Dans ce combat, Bergeret ne perdit pas la vie, mais il y perdait ses galons. Le lendemain, la Commune, estimant cette fois que la mesure était comble, le destituait, et des officiers allaient être désignés enfin par Cluseret, plus instruits et plus avisés. Un Polonais, Iaroslaw Dombrowski, était nommé au commandement de la place en remplacement de Bergeret. Cette nomination d’un étranger excita même un léger émoi que la Commission exécutive calma en détaillant un peu pompeusement — mais le fond était exact — les raisons qui avaient dicté son choix. Sorti de l’École des Cadets, Dombrowski avait pris part en qualité d’officier aux guerres du Caucase ; il avait ensuite, lors de la dernière insurrection de Pologne, commandé aux milices insurrectionnelles. Plus récemment enfin, il avait servi sous Garibaldi. En somme, c’était un soldat connaissant son métier et dont le passé révolutionnaire donnait des garanties suffisantes. Soldats aussi, le frère de I. Dombrowski, Ladislas, qui le secondera, La Cécilia qui va être envoyé à l’État-Major, et Wroblewski qui recevra le commandement des forts du sud. La Cécilia, français, malgré son nom à consonance italienne, avait servi pendant la guerre à l’armée de la Loire, Wroblewski, de même nationalité que les Dombrowski, avait pris part comme eux à l’insurrection polonaise et fait preuve de science militaire et de froide bravoure.

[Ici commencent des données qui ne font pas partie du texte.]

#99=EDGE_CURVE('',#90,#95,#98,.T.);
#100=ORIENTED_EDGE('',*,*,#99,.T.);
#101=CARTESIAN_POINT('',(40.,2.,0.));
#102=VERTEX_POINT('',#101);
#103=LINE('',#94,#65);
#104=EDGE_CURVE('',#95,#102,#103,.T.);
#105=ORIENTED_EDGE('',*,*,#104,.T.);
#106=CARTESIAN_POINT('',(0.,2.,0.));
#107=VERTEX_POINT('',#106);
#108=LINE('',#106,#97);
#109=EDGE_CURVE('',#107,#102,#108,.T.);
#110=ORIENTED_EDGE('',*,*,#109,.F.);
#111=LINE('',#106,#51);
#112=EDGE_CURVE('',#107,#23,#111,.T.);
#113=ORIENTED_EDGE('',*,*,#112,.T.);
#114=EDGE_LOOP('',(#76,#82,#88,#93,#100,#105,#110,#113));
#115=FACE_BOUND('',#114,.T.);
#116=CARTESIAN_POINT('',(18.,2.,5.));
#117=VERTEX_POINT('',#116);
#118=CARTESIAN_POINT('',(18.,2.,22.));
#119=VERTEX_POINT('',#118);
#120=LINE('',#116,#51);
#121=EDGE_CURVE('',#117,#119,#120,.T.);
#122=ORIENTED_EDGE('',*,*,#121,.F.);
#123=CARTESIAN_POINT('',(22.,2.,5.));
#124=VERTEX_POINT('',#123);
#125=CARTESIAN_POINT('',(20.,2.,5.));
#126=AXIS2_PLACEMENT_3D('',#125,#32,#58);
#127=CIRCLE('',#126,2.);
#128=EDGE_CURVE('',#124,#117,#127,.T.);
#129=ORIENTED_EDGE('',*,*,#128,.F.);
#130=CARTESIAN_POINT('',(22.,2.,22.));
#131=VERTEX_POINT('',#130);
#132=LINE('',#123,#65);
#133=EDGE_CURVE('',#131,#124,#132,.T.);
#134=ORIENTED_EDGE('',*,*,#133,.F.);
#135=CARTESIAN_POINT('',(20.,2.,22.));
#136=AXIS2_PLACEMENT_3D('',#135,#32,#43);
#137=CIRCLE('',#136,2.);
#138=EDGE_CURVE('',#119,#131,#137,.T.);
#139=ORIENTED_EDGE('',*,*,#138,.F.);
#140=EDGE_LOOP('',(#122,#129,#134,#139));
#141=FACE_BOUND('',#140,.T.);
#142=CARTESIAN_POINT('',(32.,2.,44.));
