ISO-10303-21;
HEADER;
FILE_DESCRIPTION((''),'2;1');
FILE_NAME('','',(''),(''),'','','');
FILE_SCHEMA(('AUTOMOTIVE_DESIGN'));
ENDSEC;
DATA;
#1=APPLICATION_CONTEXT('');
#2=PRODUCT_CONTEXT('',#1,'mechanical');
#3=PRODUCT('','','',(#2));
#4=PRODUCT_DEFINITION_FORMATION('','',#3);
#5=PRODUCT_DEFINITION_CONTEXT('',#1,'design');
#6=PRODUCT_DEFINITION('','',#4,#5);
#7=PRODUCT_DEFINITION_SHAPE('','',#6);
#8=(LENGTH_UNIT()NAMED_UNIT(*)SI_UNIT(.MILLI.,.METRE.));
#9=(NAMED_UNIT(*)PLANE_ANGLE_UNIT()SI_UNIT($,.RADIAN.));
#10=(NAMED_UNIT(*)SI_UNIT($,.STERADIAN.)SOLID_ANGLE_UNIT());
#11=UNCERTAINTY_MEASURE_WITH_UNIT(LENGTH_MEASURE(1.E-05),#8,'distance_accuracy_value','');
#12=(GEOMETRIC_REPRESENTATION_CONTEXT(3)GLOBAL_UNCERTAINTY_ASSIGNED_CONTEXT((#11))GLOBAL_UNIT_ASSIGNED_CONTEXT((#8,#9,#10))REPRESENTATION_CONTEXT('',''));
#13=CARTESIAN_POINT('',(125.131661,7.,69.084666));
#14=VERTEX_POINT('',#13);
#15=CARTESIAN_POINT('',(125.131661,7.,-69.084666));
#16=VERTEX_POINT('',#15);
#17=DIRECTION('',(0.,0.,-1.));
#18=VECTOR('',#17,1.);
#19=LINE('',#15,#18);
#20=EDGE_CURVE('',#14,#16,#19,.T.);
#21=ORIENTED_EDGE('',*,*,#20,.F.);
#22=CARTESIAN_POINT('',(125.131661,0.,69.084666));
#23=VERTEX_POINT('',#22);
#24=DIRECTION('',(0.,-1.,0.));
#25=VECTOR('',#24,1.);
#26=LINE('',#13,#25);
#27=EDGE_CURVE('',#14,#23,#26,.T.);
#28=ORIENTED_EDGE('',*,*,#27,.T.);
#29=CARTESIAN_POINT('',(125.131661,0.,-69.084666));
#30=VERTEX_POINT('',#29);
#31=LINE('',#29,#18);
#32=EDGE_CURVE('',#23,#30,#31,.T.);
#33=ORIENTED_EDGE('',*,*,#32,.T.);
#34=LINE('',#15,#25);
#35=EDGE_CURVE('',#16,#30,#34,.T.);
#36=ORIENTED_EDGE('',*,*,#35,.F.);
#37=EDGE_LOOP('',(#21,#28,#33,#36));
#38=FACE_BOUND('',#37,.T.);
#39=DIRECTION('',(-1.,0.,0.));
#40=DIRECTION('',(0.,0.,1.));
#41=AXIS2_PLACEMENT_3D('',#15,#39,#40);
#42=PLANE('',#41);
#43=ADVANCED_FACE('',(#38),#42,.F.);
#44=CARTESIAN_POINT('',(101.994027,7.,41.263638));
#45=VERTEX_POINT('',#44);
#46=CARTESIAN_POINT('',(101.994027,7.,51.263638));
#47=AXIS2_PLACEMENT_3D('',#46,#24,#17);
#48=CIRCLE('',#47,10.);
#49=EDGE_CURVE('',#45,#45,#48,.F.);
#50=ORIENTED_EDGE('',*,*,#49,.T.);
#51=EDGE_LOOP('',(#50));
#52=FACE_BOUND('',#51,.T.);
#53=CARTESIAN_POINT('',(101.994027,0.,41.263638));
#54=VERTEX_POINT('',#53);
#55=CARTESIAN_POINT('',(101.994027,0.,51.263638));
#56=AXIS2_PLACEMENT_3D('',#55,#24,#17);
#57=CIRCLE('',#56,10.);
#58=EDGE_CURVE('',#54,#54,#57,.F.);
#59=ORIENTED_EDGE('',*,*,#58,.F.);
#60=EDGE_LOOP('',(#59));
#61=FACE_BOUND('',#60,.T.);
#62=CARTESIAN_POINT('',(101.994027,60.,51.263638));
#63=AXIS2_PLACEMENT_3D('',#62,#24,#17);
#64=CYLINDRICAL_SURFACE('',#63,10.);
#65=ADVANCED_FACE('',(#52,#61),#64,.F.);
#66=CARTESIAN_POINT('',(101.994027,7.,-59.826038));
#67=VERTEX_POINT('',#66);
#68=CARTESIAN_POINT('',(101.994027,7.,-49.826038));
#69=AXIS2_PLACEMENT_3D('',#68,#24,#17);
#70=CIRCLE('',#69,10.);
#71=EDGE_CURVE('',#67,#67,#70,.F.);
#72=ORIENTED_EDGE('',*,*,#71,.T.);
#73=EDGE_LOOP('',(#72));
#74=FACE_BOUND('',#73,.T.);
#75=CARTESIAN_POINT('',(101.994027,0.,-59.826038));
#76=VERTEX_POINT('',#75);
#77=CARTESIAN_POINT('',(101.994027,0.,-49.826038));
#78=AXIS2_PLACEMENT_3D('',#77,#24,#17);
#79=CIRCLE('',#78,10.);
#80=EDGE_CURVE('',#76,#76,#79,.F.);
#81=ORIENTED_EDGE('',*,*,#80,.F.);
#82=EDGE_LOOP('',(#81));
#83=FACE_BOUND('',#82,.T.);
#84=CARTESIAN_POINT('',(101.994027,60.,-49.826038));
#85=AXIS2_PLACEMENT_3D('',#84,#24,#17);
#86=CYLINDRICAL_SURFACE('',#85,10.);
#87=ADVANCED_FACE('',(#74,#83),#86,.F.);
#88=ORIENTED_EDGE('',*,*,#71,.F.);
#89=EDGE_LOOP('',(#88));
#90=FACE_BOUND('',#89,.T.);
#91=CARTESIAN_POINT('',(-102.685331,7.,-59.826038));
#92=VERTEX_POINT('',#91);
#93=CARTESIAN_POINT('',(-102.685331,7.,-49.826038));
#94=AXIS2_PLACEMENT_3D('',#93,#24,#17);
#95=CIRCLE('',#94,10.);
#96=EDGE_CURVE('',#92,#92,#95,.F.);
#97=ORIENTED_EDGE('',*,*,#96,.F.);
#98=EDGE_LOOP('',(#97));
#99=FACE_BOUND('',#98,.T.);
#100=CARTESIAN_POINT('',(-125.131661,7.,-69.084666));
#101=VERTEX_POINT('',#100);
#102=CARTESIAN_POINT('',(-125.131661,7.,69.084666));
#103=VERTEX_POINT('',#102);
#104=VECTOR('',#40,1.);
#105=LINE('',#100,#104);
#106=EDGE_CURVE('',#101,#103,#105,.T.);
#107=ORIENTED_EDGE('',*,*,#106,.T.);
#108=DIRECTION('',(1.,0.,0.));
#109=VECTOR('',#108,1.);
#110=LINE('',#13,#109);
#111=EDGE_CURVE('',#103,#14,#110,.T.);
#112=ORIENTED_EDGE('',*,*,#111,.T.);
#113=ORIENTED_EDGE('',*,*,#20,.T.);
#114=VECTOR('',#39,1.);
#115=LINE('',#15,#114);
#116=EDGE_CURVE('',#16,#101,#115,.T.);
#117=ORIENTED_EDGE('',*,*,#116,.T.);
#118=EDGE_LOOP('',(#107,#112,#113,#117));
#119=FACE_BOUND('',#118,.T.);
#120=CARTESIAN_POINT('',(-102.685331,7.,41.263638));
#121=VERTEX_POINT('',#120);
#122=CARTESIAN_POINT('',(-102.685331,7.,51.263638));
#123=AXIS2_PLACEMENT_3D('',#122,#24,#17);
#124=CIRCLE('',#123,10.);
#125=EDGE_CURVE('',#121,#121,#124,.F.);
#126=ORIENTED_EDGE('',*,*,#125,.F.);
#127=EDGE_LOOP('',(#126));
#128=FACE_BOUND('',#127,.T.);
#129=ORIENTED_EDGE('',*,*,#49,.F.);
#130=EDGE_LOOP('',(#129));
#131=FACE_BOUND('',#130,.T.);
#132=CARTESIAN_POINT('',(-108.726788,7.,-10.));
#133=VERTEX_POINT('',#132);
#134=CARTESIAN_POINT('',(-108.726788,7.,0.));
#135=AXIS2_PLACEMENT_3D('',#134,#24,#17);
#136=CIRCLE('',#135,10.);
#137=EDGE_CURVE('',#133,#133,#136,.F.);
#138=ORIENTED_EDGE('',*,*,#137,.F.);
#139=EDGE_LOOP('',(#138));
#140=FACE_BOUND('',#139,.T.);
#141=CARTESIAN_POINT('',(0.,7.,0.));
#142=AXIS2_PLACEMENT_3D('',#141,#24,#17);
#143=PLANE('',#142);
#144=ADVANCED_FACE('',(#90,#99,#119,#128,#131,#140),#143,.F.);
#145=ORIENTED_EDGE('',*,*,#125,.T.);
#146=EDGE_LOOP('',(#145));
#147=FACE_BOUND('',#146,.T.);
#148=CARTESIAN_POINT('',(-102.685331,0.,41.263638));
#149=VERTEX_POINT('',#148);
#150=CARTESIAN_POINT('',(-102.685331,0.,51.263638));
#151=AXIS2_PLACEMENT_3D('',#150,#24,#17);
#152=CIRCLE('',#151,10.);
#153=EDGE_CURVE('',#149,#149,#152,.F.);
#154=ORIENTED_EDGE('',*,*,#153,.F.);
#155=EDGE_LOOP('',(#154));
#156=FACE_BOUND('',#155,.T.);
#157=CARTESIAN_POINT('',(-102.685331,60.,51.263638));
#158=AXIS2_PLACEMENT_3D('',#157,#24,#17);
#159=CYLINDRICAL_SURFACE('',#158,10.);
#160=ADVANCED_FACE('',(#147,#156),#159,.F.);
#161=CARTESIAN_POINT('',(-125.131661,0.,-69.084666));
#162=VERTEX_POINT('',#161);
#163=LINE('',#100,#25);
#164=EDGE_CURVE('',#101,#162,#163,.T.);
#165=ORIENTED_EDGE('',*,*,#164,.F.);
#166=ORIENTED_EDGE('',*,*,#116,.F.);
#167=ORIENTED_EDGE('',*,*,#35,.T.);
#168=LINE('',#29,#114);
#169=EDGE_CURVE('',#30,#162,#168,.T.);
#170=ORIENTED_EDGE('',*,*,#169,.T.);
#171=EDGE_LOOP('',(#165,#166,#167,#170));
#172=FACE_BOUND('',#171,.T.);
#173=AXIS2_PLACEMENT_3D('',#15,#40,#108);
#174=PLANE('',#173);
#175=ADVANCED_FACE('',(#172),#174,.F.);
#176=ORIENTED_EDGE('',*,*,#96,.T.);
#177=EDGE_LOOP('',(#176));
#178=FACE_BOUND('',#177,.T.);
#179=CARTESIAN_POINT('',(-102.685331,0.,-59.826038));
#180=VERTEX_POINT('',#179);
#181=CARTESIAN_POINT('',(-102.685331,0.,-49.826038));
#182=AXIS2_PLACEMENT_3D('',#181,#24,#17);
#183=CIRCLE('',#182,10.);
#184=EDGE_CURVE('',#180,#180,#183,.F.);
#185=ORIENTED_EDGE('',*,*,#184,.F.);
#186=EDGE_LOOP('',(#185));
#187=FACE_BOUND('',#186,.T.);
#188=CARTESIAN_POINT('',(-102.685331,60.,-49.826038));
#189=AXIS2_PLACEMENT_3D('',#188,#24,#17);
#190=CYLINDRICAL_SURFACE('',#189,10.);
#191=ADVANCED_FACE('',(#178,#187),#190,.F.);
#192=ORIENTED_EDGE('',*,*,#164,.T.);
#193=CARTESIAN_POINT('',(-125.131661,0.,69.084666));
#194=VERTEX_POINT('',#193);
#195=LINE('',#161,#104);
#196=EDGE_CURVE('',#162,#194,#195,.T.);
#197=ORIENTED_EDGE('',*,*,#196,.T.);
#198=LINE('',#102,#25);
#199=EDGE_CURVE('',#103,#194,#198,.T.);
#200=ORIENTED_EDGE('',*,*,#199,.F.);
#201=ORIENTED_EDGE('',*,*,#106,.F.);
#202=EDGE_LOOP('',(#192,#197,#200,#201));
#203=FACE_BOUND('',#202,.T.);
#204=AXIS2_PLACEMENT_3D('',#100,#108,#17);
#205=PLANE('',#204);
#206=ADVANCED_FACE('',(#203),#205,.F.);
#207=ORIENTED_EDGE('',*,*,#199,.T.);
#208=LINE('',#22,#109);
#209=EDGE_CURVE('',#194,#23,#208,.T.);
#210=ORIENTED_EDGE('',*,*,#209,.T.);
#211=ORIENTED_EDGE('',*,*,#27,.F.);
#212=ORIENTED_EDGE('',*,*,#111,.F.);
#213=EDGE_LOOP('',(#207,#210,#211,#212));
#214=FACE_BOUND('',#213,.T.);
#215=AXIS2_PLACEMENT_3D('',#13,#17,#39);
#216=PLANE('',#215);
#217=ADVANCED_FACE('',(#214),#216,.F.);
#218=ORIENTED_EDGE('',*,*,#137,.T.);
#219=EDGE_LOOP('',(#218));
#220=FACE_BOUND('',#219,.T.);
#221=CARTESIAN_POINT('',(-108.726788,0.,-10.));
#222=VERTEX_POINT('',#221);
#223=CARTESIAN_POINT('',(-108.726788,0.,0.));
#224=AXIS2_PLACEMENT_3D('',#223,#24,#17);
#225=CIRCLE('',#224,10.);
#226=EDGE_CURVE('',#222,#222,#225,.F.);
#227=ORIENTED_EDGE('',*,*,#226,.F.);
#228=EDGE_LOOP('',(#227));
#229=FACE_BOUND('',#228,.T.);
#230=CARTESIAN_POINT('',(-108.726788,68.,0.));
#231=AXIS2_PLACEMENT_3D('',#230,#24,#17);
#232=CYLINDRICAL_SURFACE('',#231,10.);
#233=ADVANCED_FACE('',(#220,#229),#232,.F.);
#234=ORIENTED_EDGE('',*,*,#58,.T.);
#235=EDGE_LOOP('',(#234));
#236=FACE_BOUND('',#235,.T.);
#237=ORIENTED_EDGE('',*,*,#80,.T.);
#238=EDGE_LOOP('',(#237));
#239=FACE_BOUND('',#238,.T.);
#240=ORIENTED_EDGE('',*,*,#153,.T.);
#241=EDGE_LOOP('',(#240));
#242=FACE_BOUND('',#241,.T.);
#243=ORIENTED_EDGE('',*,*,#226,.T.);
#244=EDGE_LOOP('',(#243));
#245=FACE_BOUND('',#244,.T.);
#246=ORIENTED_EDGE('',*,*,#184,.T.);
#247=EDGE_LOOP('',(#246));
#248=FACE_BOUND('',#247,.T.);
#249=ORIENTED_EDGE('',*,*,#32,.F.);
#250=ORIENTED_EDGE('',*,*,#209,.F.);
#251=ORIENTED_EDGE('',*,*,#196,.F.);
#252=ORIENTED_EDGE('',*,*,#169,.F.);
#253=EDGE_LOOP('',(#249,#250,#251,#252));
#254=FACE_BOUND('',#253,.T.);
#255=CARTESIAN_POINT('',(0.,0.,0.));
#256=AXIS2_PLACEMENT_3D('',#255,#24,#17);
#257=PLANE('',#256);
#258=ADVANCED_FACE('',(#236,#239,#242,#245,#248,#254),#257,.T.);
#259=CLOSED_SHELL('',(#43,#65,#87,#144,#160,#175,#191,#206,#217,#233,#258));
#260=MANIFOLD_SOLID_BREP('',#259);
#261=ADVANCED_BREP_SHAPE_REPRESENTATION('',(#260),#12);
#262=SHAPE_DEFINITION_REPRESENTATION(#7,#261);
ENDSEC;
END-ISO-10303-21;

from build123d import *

# Parameters (mm, degrees)
SKETCH4_W               = 250.263322682
SKETCH4_H               = 138.169331444
BOSS_EXTRUDE1_DEPTH     = 7
CUT_EXTRUDE1_DEPTH      = 60
CUT_EXTRUDE1_DEPTH_BACK = 144.107035844
SKETCH5_R               = 10
CUT_EXTRUDE6_DEPTH      = 68
CUT_EXTRUDE6_DEPTH_BACK = 76
SKETCH9_R               = 10


with BuildPart() as part:
    # Sketch4 → Boss-Extrude1 (new body)
    with BuildSketch(Plane(origin=(0, 0, 0), x_dir=(1, 0, 0), z_dir=(0, 1, 0))):
        Rectangle(SKETCH4_W, SKETCH4_H)
    extrude(amount=BOSS_EXTRUDE1_DEPTH)

    # Sketch5 → Cut-Extrude1 (cut, two sides: drawn at the far end of the back side and taken through both)
    with BuildSketch(Plane(origin=(0, 0, 0), x_dir=(1, 0, 0), z_dir=(0, 1, 0)).offset(-CUT_EXTRUDE1_DEPTH_BACK)):
        with Locations(Location((-102.685331177, 49.826038164, 0), (0, 0, 90))):
            Circle(SKETCH5_R)
        with Locations(Location((101.994027262, 49.826038164, 0), (0, 0, 90))):
            Circle(SKETCH5_R)
        with Locations(Location((101.994027262, -51.263637619, 0), (0, 0, 90))):
            Circle(SKETCH5_R)
        with Locations(Location((-102.685331177, -51.263637619, 0), (0, 0, 90))):
            Circle(SKETCH5_R)
    extrude(amount=CUT_EXTRUDE1_DEPTH + CUT_EXTRUDE1_DEPTH_BACK, mode=Mode.SUBTRACT)

    # Sketch9 → Cut-Extrude6 (cut, two sides: drawn at the far end of the back side and taken through both)
    with BuildSketch(Plane(origin=(0, 0, 0), x_dir=(1, 0, 0), z_dir=(0, 1, 0)).offset(-CUT_EXTRUDE6_DEPTH_BACK)):
        with Locations(Location((-108.72678805, 0, 0), (0, 0, 90))):
            Circle(SKETCH9_R)
    extrude(amount=CUT_EXTRUDE6_DEPTH + CUT_EXTRUDE6_DEPTH_BACK, mode=Mode.SUBTRACT)


solid = part.part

Au cours d’Avril, la situation du commandement, avec quelques variantes, demeura à peu près la suivante : Dombrowski aura son quartier général extérieur à la Muette. Personnellement, il dirigera les bataillons échelonnés de Levallois-Perret et Neuilly au Point-du-Jour, et par ses lieutenants : Auguste Okolowicz et L’Enfant, notamment, les forces massées depuis Asnières jusqu’à la suifferie de Saint-Ouen où commençait la zone neutralisée, en raison de la proximité des lignes prussiennes, Wroblewski aura son quartier général à Gentilly et son armée sera partagée en trois divisions : la première occupant les forts d’Issy et de Vanves ; la seconde les forts de Montrouge et de Bicêtre ; la troisième le fort d’Ivry et les tranchés de Villejuif. Sous Wroblewski, opéreront Brunel et Lisbonne qui furent, à certaines heures, remplacés par La Cécilia, Wetzel et même Eudes.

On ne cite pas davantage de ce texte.